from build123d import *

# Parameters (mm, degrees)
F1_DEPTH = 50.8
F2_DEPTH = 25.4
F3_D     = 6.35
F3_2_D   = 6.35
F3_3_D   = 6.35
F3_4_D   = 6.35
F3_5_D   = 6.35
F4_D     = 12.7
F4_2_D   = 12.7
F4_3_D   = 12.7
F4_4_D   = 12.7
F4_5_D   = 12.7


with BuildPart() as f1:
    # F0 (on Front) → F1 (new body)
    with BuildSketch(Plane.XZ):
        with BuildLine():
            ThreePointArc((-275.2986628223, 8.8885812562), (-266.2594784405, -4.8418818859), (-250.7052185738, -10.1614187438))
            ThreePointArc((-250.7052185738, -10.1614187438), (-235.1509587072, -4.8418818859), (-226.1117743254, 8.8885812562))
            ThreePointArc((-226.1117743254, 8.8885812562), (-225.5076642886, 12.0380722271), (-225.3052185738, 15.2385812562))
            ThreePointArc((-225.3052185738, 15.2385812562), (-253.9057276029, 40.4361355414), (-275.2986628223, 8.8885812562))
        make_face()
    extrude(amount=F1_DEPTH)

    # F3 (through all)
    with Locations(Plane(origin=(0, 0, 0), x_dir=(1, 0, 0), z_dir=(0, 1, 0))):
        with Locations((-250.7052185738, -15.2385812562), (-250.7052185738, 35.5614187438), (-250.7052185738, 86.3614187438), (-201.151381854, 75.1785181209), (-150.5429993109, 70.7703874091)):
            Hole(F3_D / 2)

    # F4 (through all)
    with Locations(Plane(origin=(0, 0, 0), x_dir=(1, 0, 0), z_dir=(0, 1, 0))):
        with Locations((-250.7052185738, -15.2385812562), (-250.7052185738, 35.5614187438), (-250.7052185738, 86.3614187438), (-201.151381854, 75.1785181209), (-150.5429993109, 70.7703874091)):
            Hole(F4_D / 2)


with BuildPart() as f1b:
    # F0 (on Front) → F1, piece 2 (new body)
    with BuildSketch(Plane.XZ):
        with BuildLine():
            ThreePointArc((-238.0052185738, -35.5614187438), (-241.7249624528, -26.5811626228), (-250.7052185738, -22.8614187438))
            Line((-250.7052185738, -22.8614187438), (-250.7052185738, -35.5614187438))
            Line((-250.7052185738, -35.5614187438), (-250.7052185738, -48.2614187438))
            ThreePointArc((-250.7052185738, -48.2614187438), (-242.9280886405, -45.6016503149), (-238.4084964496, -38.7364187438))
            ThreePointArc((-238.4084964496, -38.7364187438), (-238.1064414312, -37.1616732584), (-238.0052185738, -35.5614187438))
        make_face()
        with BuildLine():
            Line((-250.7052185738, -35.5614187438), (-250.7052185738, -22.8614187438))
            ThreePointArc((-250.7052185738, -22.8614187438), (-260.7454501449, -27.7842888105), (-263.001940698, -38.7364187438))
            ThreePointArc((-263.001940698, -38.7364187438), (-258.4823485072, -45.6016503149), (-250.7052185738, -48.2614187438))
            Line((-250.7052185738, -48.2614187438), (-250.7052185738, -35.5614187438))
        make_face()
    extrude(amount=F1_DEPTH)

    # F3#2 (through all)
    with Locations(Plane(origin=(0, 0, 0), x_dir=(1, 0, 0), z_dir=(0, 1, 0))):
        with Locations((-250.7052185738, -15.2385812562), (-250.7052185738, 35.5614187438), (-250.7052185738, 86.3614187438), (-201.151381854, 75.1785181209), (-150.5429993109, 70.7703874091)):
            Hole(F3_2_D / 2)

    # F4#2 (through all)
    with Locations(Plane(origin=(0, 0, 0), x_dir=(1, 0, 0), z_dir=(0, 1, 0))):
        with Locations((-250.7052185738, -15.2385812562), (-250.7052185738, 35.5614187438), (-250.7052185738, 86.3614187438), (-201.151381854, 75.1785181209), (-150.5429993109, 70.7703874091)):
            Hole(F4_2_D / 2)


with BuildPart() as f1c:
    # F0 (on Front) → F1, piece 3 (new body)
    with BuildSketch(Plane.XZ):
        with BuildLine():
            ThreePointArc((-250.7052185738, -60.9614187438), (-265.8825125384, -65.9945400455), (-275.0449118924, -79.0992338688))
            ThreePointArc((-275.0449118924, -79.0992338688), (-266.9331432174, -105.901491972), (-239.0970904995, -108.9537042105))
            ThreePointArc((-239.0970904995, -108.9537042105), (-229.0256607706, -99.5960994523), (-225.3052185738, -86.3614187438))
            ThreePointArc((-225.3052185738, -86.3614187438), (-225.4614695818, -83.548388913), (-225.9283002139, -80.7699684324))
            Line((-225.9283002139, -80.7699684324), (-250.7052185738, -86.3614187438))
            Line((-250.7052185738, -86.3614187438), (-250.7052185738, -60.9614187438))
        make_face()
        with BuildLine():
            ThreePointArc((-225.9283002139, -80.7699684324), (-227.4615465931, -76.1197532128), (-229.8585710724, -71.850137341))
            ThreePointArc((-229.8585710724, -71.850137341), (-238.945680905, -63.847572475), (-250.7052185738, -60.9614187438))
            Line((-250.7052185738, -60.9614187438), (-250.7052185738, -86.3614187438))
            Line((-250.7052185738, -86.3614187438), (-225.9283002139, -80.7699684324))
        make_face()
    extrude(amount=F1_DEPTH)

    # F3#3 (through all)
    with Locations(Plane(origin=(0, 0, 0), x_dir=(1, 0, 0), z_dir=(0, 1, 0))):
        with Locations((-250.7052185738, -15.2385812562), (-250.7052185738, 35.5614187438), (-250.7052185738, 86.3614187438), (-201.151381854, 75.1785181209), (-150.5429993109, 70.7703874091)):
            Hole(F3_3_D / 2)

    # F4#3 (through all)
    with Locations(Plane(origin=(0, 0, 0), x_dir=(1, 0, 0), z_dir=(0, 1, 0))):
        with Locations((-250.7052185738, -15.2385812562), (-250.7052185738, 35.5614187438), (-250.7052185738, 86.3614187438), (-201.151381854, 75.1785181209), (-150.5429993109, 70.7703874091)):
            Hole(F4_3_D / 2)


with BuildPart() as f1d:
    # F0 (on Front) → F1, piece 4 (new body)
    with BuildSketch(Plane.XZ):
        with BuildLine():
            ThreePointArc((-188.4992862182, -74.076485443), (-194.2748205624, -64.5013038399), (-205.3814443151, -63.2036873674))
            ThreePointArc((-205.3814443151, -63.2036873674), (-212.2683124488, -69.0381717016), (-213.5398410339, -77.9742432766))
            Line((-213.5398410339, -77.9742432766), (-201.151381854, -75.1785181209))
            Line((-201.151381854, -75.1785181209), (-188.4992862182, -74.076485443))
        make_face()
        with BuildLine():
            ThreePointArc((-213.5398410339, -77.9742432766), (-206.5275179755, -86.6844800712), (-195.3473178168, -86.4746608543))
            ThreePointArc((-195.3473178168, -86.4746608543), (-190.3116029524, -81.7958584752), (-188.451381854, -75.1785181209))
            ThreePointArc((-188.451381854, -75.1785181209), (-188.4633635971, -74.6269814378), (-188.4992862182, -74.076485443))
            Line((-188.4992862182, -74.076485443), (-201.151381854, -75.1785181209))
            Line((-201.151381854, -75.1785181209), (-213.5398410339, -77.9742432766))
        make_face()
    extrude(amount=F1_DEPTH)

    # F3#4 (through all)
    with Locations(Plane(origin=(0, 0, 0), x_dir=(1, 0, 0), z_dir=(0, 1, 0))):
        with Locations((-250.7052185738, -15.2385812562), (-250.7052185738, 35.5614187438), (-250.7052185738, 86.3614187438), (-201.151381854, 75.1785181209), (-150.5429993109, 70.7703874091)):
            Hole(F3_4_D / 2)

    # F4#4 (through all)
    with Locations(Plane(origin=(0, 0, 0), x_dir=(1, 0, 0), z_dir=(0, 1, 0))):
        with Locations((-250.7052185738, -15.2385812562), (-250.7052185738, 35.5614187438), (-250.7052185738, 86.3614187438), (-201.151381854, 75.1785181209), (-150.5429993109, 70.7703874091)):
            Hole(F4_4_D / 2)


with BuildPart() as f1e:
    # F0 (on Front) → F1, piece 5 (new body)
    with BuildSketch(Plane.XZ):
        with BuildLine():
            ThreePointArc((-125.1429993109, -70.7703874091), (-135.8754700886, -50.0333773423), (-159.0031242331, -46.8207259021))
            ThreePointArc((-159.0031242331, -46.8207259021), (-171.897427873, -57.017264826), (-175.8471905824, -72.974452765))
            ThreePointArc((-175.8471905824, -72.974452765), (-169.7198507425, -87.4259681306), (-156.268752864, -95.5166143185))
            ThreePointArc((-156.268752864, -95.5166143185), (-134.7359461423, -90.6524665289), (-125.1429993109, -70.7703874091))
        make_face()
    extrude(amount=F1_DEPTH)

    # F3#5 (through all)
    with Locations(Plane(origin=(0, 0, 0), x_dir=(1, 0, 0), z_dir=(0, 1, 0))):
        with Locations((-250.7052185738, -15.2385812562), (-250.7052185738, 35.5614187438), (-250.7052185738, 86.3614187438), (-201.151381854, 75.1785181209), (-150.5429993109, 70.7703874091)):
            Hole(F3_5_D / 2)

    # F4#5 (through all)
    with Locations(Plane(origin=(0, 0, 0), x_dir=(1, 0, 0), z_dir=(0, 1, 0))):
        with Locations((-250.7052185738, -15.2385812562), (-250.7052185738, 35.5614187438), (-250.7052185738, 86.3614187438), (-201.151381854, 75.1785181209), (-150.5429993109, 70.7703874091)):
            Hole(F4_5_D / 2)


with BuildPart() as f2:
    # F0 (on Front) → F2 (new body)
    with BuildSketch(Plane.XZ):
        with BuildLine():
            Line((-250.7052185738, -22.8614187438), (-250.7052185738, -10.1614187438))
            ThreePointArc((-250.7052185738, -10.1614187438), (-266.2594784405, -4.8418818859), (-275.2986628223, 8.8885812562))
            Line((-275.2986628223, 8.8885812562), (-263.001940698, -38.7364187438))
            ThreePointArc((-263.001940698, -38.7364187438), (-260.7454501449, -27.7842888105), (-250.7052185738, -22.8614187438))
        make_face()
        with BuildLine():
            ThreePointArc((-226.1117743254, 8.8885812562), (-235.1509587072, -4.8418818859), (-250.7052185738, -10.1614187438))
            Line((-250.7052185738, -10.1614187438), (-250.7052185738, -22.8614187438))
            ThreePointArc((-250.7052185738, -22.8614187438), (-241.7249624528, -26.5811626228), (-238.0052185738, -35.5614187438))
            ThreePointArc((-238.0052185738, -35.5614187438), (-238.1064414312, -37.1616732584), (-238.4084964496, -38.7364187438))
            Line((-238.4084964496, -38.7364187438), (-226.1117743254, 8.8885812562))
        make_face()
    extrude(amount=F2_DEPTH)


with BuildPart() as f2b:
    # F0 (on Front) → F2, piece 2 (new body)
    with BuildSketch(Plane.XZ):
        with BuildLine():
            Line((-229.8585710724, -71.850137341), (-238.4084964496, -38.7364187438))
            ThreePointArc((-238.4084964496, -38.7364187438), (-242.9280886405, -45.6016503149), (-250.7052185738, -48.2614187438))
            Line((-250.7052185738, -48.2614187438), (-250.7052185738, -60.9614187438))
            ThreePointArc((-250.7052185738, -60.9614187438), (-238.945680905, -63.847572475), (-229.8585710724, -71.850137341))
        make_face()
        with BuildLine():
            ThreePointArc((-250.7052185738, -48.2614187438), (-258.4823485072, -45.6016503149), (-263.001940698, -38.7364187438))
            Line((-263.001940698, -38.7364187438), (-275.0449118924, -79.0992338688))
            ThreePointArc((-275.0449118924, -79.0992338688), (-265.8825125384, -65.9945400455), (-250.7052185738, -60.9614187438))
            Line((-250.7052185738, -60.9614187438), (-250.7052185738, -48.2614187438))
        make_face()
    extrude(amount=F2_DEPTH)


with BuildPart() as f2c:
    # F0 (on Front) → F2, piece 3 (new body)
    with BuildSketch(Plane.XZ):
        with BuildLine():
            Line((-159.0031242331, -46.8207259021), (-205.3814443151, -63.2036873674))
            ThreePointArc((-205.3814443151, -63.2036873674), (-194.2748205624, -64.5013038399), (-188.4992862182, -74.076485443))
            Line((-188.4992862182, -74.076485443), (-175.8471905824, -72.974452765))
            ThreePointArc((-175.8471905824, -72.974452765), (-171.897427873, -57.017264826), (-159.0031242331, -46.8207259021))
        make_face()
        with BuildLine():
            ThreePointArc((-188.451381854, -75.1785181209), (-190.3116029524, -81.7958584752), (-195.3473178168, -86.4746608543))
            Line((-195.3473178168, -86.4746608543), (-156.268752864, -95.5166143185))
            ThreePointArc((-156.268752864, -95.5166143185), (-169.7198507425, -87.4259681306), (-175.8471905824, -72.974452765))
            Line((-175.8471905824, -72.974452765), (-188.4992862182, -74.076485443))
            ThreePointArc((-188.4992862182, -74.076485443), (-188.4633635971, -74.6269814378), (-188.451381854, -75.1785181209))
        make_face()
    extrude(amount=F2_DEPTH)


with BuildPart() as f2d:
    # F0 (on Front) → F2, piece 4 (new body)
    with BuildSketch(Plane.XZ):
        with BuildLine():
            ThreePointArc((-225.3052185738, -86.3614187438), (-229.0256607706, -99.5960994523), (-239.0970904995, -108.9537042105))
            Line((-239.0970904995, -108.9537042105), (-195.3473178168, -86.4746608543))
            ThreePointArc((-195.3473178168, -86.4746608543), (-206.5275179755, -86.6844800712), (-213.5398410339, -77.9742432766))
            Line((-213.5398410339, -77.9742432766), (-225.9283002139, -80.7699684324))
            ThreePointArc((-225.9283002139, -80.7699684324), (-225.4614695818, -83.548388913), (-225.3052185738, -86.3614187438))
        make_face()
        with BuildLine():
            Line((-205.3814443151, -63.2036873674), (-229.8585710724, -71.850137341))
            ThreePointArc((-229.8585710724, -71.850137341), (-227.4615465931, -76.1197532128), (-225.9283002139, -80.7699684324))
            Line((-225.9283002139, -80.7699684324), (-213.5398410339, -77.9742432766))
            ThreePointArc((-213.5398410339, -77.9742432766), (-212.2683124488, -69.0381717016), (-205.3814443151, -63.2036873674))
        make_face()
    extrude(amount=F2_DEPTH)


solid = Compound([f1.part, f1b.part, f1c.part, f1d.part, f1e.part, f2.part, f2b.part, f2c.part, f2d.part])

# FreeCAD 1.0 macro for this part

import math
import FreeCAD as App
import Part
import Sketcher

V = App.Vector
Q = App.Units.Quantity

doc = App.newDocument("Part")
params = doc.addObject("Spreadsheet::Sheet", "Params")
for row, (alias, value) in enumerate([
    ("sketch1_radius", "1 in"),
    ("pad1_length", "2 in"),
    ("sketch2_diameter", "0.25 in"),
    ("hole_diameter", "0.25 in"),
    ("sketch3_diameter", "0.5 in"),
    ("hole2_diameter", "0.5 in"),
    ("sketch4_radius", "0.5 in"),
    ("pad2_length", "2 in"),
    ("sketch5_diameter", "0.25 in"),
    ("hole3_diameter", "0.25 in"),
    ("sketch6_diameter", "0.5 in"),
    ("hole4_diameter", "0.5 in"),
    ("sketch7_radius", "1 in"),
    ("pad3_length", "2 in"),
    ("sketch8_diameter", "0.25 in"),
    ("hole5_diameter", "0.25 in"),
    ("sketch9_diameter", "0.5 in"),
    ("hole6_diameter", "0.5 in"),
    ("sketch10_radius", "0.5 in"),
    ("pad4_length", "2 in"),
    ("sketch11_diameter", "0.25 in"),
    ("hole7_diameter", "0.25 in"),
    ("sketch12_diameter", "0.5 in"),
    ("hole8_diameter", "0.5 in"),
    ("sketch13_diameter", "2 in"),
    ("pad5_length", "2 in"),
    ("sketch14_diameter", "0.25 in"),
    ("hole9_diameter", "0.25 in"),
    ("sketch15_diameter", "0.5 in"),
    ("hole10_diameter", "0.5 in"),
    ("sketch16_radius", "1 in"),
    ("sketch16_radius2", "0.5 in"),
    ("pad6_length", "1 in"),
    ("sketch17_radius", "1 in"),
    ("sketch17_radius2", "0.5 in"),
    ("pad7_length", "1 in"),
    ("sketch18_radius", "1 in"),
    ("sketch18_radius2", "0.5 in"),
    ("pad8_length", "1 in"),
    ("sketch19_radius", "1 in"),
    ("sketch19_radius2", "0.5 in"),
    ("pad9_length", "1 in"),
], start=1):
    params.set(f"A{row}", alias)
    params.set(f"B{row}", "=" + value)
    params.setAlias(f"B{row}", alias)

body = doc.addObject("PartDesign::Body", "Body")

# Sketch on XZ plane
sketch1 = body.newObject("Sketcher::SketchObject", "Sketch")
sketch1.AttachmentSupport = (doc.getObject("XZ_Plane"), [""])
sketch1.MapMode = "FlatFace"
sketch1.addGeometry([
    Part.ArcOfCircle(Part.Circle(V(-250.705219, 15.238581, 0), V(0, 0, 1), 25.4), math.radians(-165.522488), math.radians(-14.477512)),
    Part.ArcOfCircle(Part.Circle(V(-250.705219, 15.238581, 0), V(0, 0, 1), 25.4), math.radians(-14.477512), math.radians(0)),
    Part.ArcOfCircle(Part.Circle(V(-250.705219, 15.238581, 0), V(0, 0, 1), 25.4), math.radians(0), math.radians(194.477512)),
], False)
sketch1.addConstraint([
    Sketcher.Constraint("Tangent", 0, 2, 1, 1),
    Sketcher.Constraint("Tangent", 1, 2, 2, 1),
    Sketcher.Constraint("Tangent", 2, 2, 0, 1),
    Sketcher.Constraint("Horizontal", 2, 3, 1, 2),
    Sketcher.Constraint("Horizontal", 0, 2, 2, 2),
    Sketcher.Constraint("Radius", 0, Q("1 in")),
    Sketcher.Constraint("DistanceY", 0, 2, 1, 3, Q("0.25 in")),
# # # # # # #
• **ASSIGNMENT**
Starting at the line that has "-50.0333773423), (-159.0031242331, -46.8207259021))" and ending at the line that has "-87.4259681306), (-156.268752864, -95.5166143185))", please write out the lines above exactly, leaving out all others.

• **ANSWER SPACE**
            ThreePointArc((-125.1429993109, -70.7703874091), (-135.8754700886, -50.0333773423), (-159.0031242331, -46.8207259021))
            ThreePointArc((-159.0031242331, -46.8207259021), (-171.897427873, -57.017264826), (-175.8471905824, -72.974452765))
            ThreePointArc((-175.8471905824, -72.974452765), (-169.7198507425, -87.4259681306), (-156.268752864, -95.5166143185))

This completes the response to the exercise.